IBM Data Science Experience overview
Data Science Experience (DSX) provides you with the environment and tools to solve your business problems by collaboratively analyzing data. This illustration shows how the architecture of DSX is centered around the project. A project is how you organize your resources for solving a business problem.
When you create a project for analyzing data, you associate it with a compute engine and storage. Then, you add collaborators, data assets, and analytic assets to your project. You can also add bookmarks to important resources and associate other services with your project.
Here's what a project looks like:
The Community contains resources to help you learn more about data science:
- Read articles from many sources to keep current with data science trends.
- Read tutorials for multiple skill levels to learn how to do specific data science tasks.
- Run sample notebooks to learn new techniques or to use as templates for your own notebooks.

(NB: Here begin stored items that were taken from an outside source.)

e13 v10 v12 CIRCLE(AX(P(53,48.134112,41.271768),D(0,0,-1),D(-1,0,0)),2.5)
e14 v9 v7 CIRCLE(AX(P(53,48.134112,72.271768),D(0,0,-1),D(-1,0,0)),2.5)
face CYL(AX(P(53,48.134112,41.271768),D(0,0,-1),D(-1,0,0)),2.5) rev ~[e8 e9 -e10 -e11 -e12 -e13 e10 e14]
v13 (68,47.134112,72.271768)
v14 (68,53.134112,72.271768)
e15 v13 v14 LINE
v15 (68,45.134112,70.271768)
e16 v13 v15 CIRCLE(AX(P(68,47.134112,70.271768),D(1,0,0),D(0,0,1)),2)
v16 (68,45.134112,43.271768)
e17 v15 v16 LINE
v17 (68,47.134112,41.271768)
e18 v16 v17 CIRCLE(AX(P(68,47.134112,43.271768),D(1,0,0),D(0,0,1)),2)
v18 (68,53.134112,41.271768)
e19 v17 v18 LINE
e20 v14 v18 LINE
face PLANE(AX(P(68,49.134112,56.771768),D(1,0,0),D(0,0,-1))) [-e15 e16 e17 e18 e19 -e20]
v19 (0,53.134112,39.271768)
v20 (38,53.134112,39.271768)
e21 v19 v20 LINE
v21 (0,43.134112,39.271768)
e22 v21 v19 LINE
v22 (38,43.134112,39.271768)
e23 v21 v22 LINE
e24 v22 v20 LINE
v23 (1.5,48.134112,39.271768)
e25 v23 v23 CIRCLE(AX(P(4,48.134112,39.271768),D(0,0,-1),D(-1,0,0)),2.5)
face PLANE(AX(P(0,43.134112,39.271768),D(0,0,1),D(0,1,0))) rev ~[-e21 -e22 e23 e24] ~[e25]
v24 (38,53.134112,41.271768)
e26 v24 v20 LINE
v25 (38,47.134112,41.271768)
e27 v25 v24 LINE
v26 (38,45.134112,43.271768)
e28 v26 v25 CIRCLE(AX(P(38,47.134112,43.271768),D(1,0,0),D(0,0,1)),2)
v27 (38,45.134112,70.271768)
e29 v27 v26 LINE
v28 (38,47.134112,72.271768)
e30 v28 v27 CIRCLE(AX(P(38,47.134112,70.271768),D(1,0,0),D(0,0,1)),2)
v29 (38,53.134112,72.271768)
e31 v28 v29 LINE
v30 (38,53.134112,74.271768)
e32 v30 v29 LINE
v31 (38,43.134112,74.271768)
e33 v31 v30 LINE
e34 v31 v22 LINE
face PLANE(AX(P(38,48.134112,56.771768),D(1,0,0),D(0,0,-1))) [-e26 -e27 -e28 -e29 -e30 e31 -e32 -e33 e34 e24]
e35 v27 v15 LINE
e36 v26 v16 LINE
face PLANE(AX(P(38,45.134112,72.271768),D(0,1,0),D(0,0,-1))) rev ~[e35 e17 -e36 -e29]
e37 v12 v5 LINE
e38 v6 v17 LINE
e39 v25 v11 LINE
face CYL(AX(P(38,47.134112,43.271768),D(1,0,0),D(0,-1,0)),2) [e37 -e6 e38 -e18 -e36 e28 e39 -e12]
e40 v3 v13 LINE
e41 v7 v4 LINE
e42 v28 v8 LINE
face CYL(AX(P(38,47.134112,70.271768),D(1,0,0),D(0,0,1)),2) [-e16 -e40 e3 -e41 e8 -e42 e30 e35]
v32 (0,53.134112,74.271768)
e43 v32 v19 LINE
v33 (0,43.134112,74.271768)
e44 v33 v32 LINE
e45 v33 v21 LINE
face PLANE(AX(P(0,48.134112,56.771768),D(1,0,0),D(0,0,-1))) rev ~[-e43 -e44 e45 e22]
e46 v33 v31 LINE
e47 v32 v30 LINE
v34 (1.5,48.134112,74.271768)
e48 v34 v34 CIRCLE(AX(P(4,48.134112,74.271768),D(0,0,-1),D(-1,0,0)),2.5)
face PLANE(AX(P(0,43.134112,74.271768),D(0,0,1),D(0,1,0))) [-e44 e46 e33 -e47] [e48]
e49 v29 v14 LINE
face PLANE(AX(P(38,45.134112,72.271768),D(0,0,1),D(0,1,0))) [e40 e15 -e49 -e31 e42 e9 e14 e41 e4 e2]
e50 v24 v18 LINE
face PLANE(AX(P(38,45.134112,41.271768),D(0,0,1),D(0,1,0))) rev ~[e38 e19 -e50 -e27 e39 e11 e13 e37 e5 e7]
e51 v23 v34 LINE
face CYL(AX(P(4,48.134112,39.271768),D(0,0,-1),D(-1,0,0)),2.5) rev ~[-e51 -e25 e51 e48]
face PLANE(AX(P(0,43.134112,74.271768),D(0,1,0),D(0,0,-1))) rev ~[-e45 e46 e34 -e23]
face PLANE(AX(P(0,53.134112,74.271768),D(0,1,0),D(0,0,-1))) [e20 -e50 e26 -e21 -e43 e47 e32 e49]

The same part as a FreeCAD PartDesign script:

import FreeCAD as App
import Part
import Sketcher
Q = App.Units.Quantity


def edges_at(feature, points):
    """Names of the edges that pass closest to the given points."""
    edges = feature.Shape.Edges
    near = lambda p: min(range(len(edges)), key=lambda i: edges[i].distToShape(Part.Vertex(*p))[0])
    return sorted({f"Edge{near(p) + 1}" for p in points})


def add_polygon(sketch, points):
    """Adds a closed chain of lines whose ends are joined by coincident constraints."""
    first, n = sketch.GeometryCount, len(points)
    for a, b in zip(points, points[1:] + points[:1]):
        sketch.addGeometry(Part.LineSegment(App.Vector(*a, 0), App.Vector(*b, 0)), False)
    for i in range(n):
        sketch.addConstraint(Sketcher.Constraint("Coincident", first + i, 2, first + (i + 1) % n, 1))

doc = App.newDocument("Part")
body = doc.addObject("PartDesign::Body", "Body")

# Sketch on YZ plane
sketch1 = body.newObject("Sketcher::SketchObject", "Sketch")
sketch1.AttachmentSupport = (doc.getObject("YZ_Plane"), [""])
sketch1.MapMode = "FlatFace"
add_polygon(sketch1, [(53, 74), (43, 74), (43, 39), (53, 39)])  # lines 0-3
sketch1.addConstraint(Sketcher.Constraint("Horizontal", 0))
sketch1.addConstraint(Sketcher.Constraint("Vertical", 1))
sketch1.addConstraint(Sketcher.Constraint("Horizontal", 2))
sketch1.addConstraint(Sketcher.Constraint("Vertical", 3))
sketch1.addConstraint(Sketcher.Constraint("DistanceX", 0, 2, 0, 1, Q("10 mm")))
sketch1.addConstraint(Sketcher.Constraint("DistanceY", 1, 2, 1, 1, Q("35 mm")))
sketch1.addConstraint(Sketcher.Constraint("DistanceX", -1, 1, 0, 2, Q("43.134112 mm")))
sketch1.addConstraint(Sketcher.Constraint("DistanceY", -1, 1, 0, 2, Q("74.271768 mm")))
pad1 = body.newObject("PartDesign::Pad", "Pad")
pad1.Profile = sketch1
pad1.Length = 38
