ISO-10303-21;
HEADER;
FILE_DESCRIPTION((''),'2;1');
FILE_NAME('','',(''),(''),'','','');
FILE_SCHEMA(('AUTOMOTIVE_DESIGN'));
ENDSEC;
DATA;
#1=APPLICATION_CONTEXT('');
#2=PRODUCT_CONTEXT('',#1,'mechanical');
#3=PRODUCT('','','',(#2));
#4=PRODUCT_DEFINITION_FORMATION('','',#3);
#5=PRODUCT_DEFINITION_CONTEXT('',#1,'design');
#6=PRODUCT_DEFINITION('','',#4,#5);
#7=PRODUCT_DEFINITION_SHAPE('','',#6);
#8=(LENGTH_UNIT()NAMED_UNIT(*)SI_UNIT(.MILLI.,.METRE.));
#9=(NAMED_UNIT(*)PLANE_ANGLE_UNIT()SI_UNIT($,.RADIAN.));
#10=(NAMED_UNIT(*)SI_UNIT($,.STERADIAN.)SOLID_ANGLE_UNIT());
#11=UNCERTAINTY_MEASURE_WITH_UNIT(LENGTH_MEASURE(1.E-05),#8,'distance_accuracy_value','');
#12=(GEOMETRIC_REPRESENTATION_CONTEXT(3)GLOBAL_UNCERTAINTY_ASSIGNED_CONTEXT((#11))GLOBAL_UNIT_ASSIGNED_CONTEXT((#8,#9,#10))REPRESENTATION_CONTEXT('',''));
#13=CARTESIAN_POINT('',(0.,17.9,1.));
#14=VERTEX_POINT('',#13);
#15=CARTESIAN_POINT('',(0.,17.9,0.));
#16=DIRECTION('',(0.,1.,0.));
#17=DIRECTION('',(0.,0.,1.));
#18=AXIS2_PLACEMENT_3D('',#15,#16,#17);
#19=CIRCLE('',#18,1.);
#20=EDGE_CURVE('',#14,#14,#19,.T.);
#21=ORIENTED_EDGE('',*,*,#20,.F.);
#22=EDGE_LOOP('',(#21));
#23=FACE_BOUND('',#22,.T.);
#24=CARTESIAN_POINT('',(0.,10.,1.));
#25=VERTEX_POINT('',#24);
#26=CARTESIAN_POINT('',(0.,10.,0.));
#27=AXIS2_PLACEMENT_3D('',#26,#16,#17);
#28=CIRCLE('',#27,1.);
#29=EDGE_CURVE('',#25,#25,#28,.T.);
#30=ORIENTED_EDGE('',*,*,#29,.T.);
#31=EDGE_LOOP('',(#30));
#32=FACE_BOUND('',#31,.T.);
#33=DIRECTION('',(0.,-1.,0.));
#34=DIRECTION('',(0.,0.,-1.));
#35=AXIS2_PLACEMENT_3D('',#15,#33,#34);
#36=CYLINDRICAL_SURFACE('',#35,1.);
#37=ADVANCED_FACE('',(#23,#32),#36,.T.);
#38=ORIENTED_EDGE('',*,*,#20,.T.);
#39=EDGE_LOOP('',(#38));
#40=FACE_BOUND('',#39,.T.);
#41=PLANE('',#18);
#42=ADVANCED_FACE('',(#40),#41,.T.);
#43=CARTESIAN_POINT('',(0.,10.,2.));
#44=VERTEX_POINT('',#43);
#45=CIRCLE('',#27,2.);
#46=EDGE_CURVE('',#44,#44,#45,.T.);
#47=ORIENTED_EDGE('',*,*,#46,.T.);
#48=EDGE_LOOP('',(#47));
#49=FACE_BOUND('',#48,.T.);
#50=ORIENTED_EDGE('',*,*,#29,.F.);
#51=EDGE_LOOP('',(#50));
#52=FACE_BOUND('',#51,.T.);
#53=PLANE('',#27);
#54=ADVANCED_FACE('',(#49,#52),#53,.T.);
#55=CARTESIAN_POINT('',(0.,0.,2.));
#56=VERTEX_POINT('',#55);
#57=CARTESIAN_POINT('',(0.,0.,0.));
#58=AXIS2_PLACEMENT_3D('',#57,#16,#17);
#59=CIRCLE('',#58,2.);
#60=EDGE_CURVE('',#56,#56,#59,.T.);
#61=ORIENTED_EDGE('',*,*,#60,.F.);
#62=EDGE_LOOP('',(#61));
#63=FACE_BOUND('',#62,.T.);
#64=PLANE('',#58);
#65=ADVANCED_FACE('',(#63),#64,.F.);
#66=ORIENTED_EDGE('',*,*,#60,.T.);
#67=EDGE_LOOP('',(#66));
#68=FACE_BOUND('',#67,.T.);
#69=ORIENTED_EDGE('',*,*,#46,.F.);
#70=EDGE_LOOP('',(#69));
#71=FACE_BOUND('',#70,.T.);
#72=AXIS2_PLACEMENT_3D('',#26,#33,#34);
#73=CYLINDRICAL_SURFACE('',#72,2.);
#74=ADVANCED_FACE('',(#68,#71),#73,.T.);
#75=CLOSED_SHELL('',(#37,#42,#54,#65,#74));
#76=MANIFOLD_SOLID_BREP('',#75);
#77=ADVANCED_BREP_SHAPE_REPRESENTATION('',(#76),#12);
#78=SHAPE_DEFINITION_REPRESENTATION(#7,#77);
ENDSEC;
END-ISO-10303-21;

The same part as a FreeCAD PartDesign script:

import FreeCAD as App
import Part
import Sketcher

V = App.Vector
Q = App.Units.Quantity

doc = App.newDocument("Part")
body = doc.addObject("PartDesign::Body", "Body")

sketch1 = body.newObject("Sketcher::SketchObject", "Sketch")
sketch1.AttachmentSupport = (doc.getObject("XZ_Plane"), [""])
sketch1.MapMode = "FlatFace"
sketch1.addGeometry(Part.Circle(V(0, 0, 0), V(0, 0, 1), 2), False)
sketch1.addConstraint([
    Sketcher.Constraint("Coincident", 0, 3, -1, 1),
    Sketcher.Constraint("Diameter", 0, Q("4 mm")),
])
pad1 = body.newObject("PartDesign::Pad", "Pad")
pad1.Profile = sketch1
pad1.Length = 10
pad1.Reversed = True

sketch2 = body.newObject("Sketcher::SketchObject", "Sketch001")
sketch2.AttachmentSupport = (doc.getObject("XZ_Plane"), [""])
sketch2.MapMode = "FlatFace"
sketch2.AttachmentOffset = App.Placement(V(0, 0, -10), App.Rotation())
sketch2.addGeometry(Part.Circle(V(0, 0, 0), V(0, 0, 1), 1), False)
sketch2.addConstraint([
    Sketcher.Constraint("Coincident", 0, 3, -1, 1),
    Sketcher.Constraint("Diameter", 0, Q("2 mm")),
])
pad2 = body.newObject("PartDesign::Pad", "Pad001")
pad2.Profile = sketch2
pad2.Length = 7.9
pad2.Reversed = True

doc.recompute()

- Analyze data sets in sample notebooks or in your own notebooks.
Here's what the community looks like:
Watch this video to see a tour of the Community section.
You can analyze data from the following sources:
- You can load files from your local computer to use in notebooks and models.
- You can create connections to these kinds of data sources:
- Cloud data services, such as Db2 Warehouse on Cloud, Amazon S3, Cloudant, PostgreSQL
- On-premises databases, such as Db2, Netezza, Oracle, and SQLServer
- Streaming data services, such as IBM MessageHub and IBM Streaming Analytics
- You can use DSX Community data sets.
Depending on how your DSX account is set up, you can add the following types of people as collaborators to your project and control their permissions:
- People who already have DSX accounts plus people who don't have DSX accounts yet.
- People who belong to your DSX enterprise account.
- People in your company, if your company set up SAML federation in IBM Cloud.
You can analyze data with these tools:
- Write Jupyter notebooks in Python, Scala, or R.
- Use the Flow Editor to create models that use machine learning for predictive analytics.
- Use Rstudio within DSX as an alternative to running R notebooks.
- Use Streams Designer to design stream flows to collect and analyze large amounts of streaming data.
Here's what a notebook looks like:
Libraries and APIs
You can use these libraries and APIs within your analytic assets to analyze data and display your results:
- Visualization libraries and tools help you tell a story with your data. DSX includes open source libraries like Brunel and PixieDust, as well as the SPSS Model visualization tool.
- Machine learning algorithms and tools provide predictive analytics. DSX includes SPSS machine learning algorithms and open source machine learning and deep learning APIs.
- Open source libraries and package provide computation, analytics, and visualization methods. DSX includes some popular open source libraries, such as PySpark, matplotlib, SparkML.
- You can install other open source libraries that you need.
You use a Spark runtime compute engine to run your notebooks and models:
- IBM Apache Spark is the default service that you configure when you create a project.
- If you have an Enterprise account, you can add Amazon EMR to a project.
- If you need a Spark cluster, you can add IBM Analytics Engine to a project.
You can use IBM Cloud services within your analytic assets:
- Watson Machine Learning provides a Flow Editor within DSX to create models and IBM Cloud integration to deploy models.
- Decision Optimization provides an optimization engine for running prescriptive analytic APIs.
- MessageHub ingests Kafka topics.
- Streaming Analytics ingests, analyzes, monitors, and correlates data from real-time data sources.